Une surenchère anti­-immigrés

Mieux que France-Irlande ce dimanche, on nous avait promis LE match. À la droite extrême : Darmanin, le ministre de l’Intérieur. À l’extrême droite : Marine Le Pen. C’était jeudi 11 février sur France 2. Les téléspectateurs ont semble-t-il préféré d’autres divertissements. Cela dit, le ton est donné des mois à venir, entre démagogie anti-immigrés et calculs politiciens pour 2022.

Concurrence électorale

Pour Darmanin, il fallait préparer la mise en scène d’un futur duel de second tour de l’élection présidentielle de 2022. Macron voudrait apparaître comme le meilleur barrage contre l’extrême droite… tout en reprenant sa politique. Le nouveau ministre de l’Intérieur était chargé de séduire les électeurs de Le Pen en prouvant que Macron est tout aussi anti-immigration. De l’autre côté, la présidente du Rassemblement National se donnait des airs de candidate sérieuse et responsable. Elle cherche à récupérer des électeurs de Macron et de Droite en se montrant plus fréquentable que son père. Mais de choc, il n’y en eut guère.

L’immigré comme bouc émissaire

Darmanin et Le Pen se sont fait des politesses, se complimentant parfois, se critiquant rarement. Car les points communs entre ces deux-là sont nombreux. À commencer par la démagogie raciste contre les musulmans, accusés de tous les maux. Les propositions que Darmanin venait présenter devant les caméras ont été appuyées par Le Pen. Le ministre de l’Intérieur en a même rajouté en qualifiant la représentante d’extrême-droite de « molle » face à l’islam. Un cadeau qu’elle a vite accepté, se payant le luxe d’apparaître posée. Elle sait que ceux qui sont sensibles au racisme préféreront toujours l’original à la copie. D’autant plus que Le Pen ne cesse de réclamer un référendum sur l’immigration, histoire de focaliser les débats sur ce thème et d’éviter les sujets sociaux.

Car le racisme n’est pas leur seul point commun.
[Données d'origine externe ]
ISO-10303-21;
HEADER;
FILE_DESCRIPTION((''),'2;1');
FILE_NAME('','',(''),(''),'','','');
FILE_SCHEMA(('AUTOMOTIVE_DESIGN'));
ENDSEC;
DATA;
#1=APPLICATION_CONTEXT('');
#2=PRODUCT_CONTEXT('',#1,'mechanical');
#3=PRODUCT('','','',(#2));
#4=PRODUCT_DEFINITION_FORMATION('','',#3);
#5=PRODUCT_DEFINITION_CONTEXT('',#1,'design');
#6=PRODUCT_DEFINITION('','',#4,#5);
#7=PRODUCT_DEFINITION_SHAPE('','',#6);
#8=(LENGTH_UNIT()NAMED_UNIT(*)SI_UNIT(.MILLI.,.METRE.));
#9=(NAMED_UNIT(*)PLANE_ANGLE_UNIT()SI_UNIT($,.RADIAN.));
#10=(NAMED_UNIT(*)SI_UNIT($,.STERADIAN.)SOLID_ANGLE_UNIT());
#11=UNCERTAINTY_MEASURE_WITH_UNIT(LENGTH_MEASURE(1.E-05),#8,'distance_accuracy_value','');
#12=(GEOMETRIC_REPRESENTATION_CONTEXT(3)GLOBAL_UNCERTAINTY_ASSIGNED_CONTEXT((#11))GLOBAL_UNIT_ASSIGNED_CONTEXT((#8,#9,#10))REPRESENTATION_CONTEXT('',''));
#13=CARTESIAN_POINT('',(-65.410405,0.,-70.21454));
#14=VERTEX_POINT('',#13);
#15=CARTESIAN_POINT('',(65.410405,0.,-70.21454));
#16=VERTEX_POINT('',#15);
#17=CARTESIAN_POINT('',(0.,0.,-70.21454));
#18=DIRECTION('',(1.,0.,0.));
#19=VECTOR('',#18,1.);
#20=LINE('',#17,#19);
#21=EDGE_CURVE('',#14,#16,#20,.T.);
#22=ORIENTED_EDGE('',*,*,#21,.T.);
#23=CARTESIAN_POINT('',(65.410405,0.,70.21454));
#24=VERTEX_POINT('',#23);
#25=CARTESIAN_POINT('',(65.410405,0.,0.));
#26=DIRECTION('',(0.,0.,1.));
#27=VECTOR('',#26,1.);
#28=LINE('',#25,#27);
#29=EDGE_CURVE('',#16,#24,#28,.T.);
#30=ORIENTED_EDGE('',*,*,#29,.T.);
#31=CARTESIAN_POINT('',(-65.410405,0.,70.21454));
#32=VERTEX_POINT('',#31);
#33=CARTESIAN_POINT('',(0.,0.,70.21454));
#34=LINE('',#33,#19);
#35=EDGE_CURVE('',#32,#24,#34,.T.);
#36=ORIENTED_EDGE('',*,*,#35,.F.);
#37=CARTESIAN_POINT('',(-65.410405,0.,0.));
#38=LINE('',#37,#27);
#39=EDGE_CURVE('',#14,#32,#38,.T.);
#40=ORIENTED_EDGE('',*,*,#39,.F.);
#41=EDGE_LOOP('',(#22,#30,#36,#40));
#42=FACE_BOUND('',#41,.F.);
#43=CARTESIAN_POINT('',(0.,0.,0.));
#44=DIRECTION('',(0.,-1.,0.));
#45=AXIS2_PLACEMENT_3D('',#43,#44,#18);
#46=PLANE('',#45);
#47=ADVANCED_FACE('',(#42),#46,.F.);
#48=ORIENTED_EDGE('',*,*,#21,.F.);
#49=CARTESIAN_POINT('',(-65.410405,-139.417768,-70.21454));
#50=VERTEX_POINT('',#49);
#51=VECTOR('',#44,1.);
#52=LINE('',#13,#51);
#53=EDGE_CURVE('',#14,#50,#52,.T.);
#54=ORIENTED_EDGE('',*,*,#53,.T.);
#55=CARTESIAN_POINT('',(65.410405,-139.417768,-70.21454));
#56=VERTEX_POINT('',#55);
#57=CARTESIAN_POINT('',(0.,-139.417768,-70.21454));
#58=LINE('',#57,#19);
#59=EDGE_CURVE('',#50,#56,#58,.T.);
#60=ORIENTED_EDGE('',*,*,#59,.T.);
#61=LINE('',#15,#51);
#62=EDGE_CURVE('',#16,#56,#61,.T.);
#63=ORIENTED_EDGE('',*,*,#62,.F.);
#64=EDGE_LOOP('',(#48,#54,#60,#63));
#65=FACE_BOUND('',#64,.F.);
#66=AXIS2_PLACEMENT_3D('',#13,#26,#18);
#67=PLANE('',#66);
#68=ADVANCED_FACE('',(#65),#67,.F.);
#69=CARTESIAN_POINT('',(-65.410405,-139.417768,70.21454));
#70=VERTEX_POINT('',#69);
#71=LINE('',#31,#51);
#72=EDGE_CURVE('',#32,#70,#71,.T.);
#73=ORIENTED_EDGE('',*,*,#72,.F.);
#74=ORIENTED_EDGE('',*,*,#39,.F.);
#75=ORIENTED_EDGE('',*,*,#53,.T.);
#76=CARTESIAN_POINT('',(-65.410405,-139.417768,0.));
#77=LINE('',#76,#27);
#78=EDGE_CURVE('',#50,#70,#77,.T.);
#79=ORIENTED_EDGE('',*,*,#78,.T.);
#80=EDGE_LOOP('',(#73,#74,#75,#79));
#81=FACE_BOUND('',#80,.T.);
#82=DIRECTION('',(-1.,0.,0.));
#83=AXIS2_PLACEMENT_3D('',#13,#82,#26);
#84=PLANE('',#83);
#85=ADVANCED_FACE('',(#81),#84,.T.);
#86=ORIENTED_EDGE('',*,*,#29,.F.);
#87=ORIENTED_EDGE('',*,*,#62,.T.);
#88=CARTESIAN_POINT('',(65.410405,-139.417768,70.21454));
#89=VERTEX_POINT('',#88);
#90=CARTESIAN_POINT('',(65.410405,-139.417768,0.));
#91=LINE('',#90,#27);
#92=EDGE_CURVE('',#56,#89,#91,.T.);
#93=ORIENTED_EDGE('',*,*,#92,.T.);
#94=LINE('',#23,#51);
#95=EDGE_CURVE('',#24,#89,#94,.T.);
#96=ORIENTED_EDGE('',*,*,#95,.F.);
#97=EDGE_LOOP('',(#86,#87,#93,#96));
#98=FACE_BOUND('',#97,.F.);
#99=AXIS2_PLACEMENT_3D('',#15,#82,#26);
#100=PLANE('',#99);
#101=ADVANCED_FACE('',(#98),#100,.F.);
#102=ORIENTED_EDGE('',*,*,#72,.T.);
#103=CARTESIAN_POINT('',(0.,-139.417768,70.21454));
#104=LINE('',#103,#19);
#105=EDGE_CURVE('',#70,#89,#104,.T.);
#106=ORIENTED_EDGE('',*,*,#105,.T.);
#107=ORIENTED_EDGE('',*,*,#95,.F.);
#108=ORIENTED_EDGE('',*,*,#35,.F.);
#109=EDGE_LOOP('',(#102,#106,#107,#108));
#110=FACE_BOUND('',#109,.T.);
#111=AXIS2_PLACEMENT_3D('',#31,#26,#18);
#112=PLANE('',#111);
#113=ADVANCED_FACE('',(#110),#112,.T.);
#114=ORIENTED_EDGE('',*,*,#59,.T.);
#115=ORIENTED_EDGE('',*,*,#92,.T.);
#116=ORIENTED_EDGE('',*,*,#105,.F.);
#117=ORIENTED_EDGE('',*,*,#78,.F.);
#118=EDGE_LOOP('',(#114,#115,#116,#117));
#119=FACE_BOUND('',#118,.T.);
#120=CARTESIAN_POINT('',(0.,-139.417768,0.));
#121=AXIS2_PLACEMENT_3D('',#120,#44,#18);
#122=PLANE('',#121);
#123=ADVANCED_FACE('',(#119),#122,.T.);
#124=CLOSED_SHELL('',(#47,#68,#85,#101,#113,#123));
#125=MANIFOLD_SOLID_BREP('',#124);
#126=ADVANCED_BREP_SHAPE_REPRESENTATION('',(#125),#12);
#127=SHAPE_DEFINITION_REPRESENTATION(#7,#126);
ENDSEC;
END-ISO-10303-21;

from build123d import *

# Parameters (mm, degrees)
F1_W     = 130.82081
F1_H     = 140.42908
F2_DEPTH = 139.417768


with BuildPart() as f2:
    # F1 (on face) → F2 (new body)
    with BuildSketch(Plane.XZ):
        Rectangle(F1_W, F1_H)
    extrude(amount=F2_DEPTH)


solid = f2.part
Il y a l’absence de réponses à la hauteur des problèmes quotidiens de la population. Les travailleurs licenciés un peu partout dans le pays ? Les petits commerçants ruinés ? Les queues devant les centres d’aide alimentaire ? La hausse du chômage avec six millions de chômeurs et dix millions de pauvres ? Les impayés de loyer qui explosent au point que les expulsions de mars ont été décalées en juin ? Il n’en a pas été question. A quand un référendum sur l’interdiction des licenciements ou sur le partage du travail ?

Frontières fermées aux réfugiés, mais ouvertes à l’évasion fiscale

Évidemment, Darmanin n’a pas critiqué les centaines de milliards versés au patronat sans contreparties. Mais Le Pen non plus, qui se présente pourtant comme la protectrice des Français modestes, il est vrai uniquement par temps électoral.

Pourtant, il y aurait de quoi faire. Le journal Le Monde révèle que 29 des 37 groupes du CAC 40 sont domiciliés au Luxembourg, par le biais de filiales sans réelles activités sur le sol de ce paradis fiscal. Si les réfugiés qui fuient la misère et l’oppression se font refouler, les frontières restent grandes ouvertes aux grands capitalistes et aux grosses fortunes. « Entre l’optimisation fiscale légale et la fraude, la frontière est parfois très ténue » écrit Le Monde, tandis qu’un magistrat financier l’avoue : « Il y a beaucoup d’enjeux, y compris politiques, autour du contrôle fiscal des grands groupes. L’administration fiscale est beaucoup plus prudente envers les entreprises qu’à l’égard des particuliers. » Les grands groupes et la grande bourgeoisie ont des États à leur service pour fermer les yeux sur leurs fraudes. Pour les pauvres et les salariés, il n’en est pas de même.

Entre la peste et le choléra

Depuis que Macron a été élu, il n’a fait que servir les très riches, s’en prendre aux droits des travailleurs, expulser les étrangers, réprimer toute contestation à coups de brutalité policière. Un programme que Le Pen ne peut qu’approuver, même du bout des lèvres et en faisant de la surenchère.

Darmanin et le Pen ont fait un numéro de cirque ce soir-là. Très ennuyeux et inquiétant. Ce débat a surtout montré une chose : qu’une autre alternative est nécessaire.